Fracture prediction based on an HTI medium

Fig. 10
figure 10

Fracture prediction based on an orthorhombic medium

6 Conclusions

In this paper, a reflection coefficient approximation within an orthorhombic medium is simplified to extract AVAZ attributes sensitive to fracturing. It was seen that two-term approximate reflection coefficient expressions within an orthorhombic medium with the higher-order azimuthal term removed have a higher accuracy than that with the higher-order incident angle term removed. The presence of horizontal fractures may decrease azimuthal difference in reflection coefficient within an orthorhombic medium, therefore decreasing the prediction accuracy of vertical fracture intensity. Theoretical analysis suggests that, when the fracture fluid is mainly filled with liquid, even though the presence of horizontal fractures and fluid indicative factor decreases the accuracy of the scaled B attributes in fracture prediction, its impact on the scaled B attributes is nevertheless lower than that seen using an ellipse fitting result. The application to an oil reservoir proves that the method of using the scaled B attributes to predict fracture intensity can better reflect realistic geological situations than conventional fracture prediction approaches.
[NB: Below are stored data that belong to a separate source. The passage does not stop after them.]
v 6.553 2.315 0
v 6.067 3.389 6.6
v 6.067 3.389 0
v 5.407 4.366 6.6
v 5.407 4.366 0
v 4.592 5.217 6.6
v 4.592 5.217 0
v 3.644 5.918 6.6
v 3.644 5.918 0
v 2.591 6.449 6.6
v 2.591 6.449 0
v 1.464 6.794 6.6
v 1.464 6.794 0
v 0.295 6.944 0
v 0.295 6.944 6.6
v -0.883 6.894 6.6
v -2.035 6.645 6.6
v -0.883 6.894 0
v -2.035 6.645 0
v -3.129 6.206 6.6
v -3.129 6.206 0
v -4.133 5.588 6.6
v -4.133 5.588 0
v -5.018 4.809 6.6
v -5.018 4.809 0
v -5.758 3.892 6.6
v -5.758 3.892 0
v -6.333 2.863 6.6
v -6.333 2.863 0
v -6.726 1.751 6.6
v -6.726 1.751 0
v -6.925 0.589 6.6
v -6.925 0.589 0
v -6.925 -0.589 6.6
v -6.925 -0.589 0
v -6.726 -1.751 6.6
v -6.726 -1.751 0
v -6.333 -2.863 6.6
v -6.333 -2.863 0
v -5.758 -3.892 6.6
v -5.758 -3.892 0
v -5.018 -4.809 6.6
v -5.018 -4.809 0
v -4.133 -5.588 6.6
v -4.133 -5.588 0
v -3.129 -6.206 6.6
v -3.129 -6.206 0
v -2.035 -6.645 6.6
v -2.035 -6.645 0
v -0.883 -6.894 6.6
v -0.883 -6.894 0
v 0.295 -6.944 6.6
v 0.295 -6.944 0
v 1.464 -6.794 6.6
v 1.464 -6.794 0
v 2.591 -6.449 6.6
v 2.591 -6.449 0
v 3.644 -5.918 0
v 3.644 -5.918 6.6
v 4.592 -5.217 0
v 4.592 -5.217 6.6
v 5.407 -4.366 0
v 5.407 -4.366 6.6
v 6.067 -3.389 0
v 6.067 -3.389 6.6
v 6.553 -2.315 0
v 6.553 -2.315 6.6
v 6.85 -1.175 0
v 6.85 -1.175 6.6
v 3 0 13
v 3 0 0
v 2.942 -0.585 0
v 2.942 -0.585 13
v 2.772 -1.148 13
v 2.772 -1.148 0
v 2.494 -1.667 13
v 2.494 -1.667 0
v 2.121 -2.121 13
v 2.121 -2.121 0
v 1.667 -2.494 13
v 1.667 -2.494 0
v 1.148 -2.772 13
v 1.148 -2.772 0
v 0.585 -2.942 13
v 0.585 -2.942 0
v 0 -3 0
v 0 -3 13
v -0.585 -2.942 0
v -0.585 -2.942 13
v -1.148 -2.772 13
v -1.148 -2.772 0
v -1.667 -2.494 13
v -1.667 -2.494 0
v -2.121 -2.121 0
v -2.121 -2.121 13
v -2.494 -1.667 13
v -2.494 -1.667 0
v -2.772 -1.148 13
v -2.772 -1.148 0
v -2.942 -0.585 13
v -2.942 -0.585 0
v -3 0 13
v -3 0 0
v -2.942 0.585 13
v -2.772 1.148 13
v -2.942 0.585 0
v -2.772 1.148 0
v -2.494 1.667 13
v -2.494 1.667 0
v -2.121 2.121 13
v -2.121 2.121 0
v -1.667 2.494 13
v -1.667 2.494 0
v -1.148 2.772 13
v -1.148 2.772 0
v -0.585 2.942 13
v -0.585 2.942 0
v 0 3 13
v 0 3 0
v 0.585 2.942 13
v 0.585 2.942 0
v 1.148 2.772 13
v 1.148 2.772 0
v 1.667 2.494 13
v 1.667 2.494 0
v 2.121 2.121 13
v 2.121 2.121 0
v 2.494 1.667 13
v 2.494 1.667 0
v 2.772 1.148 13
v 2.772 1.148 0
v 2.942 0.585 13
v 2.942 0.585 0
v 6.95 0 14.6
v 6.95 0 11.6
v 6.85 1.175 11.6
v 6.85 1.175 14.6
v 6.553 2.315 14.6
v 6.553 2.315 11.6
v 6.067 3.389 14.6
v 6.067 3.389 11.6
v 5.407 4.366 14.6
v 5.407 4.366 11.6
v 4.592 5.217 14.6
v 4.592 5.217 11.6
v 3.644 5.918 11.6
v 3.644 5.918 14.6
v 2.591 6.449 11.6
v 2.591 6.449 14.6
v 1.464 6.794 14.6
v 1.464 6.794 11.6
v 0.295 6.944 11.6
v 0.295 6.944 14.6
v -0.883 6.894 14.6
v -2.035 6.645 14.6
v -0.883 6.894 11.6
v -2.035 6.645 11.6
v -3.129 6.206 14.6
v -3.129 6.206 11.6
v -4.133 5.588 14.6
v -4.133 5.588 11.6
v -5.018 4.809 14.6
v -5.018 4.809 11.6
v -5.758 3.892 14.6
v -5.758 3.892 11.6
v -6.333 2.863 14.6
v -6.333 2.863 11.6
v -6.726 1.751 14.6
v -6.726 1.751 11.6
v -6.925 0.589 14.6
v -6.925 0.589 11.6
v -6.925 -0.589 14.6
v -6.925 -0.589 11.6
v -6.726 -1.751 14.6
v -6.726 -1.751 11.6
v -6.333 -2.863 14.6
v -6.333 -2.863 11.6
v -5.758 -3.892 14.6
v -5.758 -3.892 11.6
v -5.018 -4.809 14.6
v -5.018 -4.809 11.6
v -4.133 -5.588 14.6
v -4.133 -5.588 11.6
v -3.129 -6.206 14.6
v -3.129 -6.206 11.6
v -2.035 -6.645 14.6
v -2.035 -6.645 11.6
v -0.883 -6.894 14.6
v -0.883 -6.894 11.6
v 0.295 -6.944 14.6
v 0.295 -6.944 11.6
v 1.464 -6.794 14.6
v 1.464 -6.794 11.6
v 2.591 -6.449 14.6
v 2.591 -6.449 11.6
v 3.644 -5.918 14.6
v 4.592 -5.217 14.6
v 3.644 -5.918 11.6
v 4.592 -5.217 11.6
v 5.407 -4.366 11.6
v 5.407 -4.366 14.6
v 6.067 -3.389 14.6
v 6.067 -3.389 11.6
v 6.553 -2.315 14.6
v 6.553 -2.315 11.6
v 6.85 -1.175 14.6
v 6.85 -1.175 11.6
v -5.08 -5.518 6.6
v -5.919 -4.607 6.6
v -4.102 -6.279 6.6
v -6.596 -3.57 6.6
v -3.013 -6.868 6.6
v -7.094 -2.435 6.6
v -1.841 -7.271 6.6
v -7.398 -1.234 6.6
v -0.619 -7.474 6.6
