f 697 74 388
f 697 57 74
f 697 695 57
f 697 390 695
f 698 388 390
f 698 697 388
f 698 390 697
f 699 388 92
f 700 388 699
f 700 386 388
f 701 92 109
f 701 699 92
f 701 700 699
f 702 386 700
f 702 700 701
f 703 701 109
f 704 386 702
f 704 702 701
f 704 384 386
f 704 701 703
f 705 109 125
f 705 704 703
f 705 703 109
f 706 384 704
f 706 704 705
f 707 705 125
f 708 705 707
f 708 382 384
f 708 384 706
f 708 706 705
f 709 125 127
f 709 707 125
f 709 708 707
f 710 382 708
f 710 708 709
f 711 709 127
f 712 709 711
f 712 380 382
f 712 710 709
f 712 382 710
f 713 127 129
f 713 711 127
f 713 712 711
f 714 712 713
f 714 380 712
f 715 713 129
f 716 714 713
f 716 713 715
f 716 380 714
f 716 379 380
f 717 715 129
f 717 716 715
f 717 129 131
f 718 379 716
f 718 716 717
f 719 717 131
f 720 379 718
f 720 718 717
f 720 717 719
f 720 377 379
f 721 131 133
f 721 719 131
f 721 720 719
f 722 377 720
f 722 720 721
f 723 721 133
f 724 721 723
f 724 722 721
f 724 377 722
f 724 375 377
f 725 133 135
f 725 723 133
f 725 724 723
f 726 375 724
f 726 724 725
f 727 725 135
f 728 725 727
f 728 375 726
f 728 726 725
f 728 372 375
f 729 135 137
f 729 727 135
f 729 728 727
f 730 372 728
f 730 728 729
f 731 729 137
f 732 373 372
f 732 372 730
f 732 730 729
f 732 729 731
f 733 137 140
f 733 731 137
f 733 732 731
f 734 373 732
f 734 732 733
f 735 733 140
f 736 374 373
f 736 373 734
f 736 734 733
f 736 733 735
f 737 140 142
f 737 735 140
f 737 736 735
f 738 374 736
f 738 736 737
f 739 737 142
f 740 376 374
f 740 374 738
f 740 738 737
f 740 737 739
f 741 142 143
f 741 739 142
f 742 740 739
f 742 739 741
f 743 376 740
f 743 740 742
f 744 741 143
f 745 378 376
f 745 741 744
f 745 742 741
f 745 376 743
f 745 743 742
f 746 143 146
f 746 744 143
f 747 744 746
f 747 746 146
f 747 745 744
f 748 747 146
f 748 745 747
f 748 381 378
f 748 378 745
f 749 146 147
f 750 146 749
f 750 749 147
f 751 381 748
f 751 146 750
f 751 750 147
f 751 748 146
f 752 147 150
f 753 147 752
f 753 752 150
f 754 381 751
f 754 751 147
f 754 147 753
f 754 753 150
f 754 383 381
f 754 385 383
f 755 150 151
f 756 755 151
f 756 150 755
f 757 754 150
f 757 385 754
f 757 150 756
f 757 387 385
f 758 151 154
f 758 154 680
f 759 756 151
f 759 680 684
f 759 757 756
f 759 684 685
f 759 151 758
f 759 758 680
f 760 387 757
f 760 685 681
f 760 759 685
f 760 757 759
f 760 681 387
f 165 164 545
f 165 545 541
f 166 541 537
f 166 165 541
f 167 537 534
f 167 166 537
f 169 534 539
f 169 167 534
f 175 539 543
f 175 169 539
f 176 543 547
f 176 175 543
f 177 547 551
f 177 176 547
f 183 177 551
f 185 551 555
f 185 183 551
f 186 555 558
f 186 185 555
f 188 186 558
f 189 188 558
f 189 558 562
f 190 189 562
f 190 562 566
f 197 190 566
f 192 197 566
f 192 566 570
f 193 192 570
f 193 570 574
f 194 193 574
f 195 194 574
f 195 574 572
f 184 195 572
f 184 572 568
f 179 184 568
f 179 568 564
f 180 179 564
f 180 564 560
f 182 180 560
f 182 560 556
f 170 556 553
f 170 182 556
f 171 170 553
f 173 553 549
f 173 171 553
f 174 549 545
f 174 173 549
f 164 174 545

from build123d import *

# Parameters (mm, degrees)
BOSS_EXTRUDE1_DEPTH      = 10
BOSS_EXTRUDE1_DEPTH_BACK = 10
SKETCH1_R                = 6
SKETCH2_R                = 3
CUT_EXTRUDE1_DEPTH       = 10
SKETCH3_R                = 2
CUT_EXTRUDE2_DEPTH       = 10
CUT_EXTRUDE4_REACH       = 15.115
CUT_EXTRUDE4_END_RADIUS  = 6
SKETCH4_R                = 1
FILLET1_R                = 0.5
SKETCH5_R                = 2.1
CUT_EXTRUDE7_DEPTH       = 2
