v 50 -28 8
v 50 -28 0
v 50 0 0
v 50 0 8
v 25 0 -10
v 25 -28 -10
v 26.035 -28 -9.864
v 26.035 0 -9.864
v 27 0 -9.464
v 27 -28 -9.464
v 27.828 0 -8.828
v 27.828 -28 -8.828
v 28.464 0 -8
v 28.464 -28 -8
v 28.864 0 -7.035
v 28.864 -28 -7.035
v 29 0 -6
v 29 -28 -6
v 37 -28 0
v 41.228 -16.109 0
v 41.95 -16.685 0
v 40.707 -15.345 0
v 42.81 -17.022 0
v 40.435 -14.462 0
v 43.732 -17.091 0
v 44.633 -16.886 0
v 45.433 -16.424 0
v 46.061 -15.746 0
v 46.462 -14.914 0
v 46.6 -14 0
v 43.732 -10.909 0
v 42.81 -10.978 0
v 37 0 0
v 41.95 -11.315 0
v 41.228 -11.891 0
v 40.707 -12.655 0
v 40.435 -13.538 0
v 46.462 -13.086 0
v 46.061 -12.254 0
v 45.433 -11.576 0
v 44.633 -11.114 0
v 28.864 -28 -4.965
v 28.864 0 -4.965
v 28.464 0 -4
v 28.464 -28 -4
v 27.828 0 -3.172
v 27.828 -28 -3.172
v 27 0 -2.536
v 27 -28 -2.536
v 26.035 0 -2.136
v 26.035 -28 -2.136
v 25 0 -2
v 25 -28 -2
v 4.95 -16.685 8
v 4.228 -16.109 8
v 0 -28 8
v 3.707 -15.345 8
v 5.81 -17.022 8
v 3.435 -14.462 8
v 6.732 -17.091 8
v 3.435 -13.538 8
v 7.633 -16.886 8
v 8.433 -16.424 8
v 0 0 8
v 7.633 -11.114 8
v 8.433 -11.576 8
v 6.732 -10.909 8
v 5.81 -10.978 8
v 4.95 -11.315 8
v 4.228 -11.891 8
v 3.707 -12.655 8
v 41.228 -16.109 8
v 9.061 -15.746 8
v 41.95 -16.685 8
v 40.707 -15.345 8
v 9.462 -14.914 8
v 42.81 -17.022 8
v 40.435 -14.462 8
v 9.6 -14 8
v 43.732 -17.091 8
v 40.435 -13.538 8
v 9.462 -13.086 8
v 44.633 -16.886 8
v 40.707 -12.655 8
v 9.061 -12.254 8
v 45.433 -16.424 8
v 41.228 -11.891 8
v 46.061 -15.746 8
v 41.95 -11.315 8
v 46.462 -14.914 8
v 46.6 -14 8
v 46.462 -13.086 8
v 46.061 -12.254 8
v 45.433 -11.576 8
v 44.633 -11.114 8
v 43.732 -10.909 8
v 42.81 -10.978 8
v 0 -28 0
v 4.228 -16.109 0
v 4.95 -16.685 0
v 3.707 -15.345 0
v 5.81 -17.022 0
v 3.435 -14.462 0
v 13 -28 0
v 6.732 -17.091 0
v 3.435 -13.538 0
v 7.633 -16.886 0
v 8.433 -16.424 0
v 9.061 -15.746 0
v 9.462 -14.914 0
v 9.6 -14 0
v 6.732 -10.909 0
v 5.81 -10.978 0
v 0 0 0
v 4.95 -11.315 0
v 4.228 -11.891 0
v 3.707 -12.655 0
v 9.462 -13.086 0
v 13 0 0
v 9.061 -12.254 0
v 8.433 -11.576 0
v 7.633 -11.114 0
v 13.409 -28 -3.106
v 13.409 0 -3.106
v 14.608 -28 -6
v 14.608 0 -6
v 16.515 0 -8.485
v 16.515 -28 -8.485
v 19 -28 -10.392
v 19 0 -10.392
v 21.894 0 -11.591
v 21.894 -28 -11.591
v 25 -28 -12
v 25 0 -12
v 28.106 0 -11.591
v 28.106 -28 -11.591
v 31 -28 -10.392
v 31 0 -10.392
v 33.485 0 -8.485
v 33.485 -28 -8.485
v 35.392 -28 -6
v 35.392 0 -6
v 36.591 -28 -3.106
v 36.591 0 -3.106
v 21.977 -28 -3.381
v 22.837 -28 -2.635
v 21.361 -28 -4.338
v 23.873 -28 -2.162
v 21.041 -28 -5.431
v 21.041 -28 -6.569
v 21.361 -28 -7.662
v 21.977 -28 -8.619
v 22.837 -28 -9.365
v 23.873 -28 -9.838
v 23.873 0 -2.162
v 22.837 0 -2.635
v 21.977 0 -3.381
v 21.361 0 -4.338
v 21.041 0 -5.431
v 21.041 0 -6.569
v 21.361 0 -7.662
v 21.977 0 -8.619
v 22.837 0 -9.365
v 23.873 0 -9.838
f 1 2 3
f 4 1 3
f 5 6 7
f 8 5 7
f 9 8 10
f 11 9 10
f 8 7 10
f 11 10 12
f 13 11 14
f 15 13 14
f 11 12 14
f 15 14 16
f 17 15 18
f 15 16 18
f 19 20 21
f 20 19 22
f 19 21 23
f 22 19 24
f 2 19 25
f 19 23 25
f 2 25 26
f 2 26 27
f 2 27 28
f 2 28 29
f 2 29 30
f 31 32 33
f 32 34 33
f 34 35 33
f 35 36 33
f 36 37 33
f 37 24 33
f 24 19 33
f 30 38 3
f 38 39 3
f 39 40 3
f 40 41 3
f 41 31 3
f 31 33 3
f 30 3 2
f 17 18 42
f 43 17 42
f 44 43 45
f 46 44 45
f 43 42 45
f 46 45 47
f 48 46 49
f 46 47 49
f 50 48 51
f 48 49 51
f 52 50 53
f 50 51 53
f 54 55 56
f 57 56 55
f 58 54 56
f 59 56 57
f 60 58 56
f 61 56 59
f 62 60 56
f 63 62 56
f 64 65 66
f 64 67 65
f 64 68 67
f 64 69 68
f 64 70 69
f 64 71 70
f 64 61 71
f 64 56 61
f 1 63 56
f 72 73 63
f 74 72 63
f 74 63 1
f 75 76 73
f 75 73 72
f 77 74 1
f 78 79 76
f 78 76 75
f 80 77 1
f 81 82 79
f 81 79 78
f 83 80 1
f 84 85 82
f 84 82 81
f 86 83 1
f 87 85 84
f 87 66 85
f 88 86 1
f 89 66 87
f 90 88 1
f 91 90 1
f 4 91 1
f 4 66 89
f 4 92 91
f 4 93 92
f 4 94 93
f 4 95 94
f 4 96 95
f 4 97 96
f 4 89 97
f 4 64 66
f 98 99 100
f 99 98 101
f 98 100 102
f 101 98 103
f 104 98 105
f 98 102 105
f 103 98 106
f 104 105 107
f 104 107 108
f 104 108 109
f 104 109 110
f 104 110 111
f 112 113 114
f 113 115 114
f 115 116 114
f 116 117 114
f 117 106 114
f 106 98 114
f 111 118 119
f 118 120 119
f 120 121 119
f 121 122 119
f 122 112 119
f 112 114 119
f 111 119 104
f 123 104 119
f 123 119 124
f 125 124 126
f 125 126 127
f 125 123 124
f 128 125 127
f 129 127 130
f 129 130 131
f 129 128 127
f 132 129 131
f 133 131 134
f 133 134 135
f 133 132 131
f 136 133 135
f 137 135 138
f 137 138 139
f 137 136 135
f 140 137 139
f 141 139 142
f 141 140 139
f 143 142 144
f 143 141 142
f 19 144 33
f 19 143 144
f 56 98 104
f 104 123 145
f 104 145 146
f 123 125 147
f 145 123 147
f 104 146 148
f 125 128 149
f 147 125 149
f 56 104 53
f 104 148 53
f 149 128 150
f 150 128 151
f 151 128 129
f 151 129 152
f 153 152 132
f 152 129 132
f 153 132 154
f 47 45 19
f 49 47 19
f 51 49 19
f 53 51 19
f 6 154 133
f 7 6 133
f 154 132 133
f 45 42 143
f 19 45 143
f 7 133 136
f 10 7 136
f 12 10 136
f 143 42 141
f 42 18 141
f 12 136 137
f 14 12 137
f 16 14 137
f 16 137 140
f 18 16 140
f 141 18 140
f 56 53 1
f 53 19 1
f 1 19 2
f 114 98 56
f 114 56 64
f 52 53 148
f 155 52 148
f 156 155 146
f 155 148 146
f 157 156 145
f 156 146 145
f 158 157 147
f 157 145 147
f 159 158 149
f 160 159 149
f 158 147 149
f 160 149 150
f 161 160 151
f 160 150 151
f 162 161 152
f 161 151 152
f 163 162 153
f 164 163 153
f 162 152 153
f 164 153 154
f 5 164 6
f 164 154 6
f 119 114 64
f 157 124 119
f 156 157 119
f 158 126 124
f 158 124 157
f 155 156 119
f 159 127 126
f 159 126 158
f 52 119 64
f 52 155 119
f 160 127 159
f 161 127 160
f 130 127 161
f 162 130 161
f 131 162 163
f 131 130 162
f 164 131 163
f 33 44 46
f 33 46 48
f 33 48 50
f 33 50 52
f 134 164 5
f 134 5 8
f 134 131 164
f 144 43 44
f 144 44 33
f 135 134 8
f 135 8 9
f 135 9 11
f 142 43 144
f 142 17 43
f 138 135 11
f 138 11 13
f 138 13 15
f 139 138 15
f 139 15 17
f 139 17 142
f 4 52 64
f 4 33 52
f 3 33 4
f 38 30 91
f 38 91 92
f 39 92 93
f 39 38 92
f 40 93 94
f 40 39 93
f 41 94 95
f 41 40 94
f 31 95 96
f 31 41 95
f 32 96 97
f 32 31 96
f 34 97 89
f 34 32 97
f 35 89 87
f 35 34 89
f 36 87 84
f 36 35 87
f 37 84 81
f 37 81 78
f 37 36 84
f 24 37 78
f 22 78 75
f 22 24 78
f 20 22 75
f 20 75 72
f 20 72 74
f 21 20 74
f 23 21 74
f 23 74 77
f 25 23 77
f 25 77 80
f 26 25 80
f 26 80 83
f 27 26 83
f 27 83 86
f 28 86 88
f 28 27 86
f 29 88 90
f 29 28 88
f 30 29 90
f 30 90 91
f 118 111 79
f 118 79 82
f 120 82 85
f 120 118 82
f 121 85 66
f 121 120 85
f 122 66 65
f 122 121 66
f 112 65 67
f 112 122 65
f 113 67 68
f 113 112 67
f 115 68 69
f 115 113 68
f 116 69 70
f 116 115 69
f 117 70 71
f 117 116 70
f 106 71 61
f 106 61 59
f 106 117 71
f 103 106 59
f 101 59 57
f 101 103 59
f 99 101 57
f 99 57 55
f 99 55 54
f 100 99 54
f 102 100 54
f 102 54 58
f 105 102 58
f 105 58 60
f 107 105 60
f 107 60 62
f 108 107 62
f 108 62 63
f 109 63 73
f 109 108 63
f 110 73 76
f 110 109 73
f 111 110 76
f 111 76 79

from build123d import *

# Parameters (mm, degrees)
SKETCH_1_W          = 50
SKETCH_1_H          = 28
EXTRUDE_1_DEPTH     = 8
EXTRUDE_2_DEPTH     = 28
CUT_EXTRUDE_1_DEPTH = 28
SKETCH_1_4_R        = 3.1
CUT_EXTRUDE_2_DEPTH = 8


with BuildPart() as part:
    # 草图1 → 凸台-拉伸1 (new body)
    with BuildSketch(Plane.XY):
        with Locations((25, -14)):
            Rectangle(SKETCH_1_W, SKETCH_1_H)
    extrude(amount=EXTRUDE_1_DEPTH)

    # 草图2 → 凸台-拉伸2 (add)
    with BuildSketch(Plane.XZ.offset(28)):
        with BuildLine():
            Line((37, 0), (25, 0))
            Line((25, 0), (13, 0))
            ThreePointArc((13, 0), (25, -12), (37, 0))
        make_face()
    extrude(amount=-EXTRUDE_2_DEPTH)

    # 草图3 → 切除-拉伸1 (cut)
    with BuildSketch(Plane.XZ.offset(28)):
        with BuildLine():
            ThreePointArc((25, -2), (21, -6), (25, -10))
            Line((25, -10), (25, -2))
        make_face()
        with BuildLine():
            Line((25, -2), (25, -10))
            ThreePointArc((25, -10), (27.828427125, -8.828427125), (29, -6))
            ThreePointArc((29, -6), (27.828427125, -3.171572875), (25, -2))
        make_face()
    extrude(amount=-CUT_EXTRUDE_1_DEPTH, mode=Mode.SUBTRACT)

    # 草图1<4> → 切除-拉伸2 (cut)
    with BuildSketch(Plane.XY):
        with Locations((6.5, -14)):
            Circle(SKETCH_1_4_R)
        with Locations((43.5, -14)):
            Circle(SKETCH_1_4_R)
    extrude(amount=CUT_EXTRUDE_2_DEPTH, mode=Mode.SUBTRACT)


solid = part.part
Both theoretical analysis and the case study result indicate that for oil-bearing reservoirs with simultaneous development of horizontal and vertical fractures, the new approach introduced by this paper has a better accuracy of fracture prediction than conventional methods. Whereas this study focuses on fracture prediction based on AVAZ attributes for an oil-bearing reservoir, fracture prediction in an orthorhombic medium filled with gas needs further analysis. Still, for more complicated fractured models, the assumption that the reservoir is equivalent to an orthorhombic medium may break down, and most of our developments will need to be revised.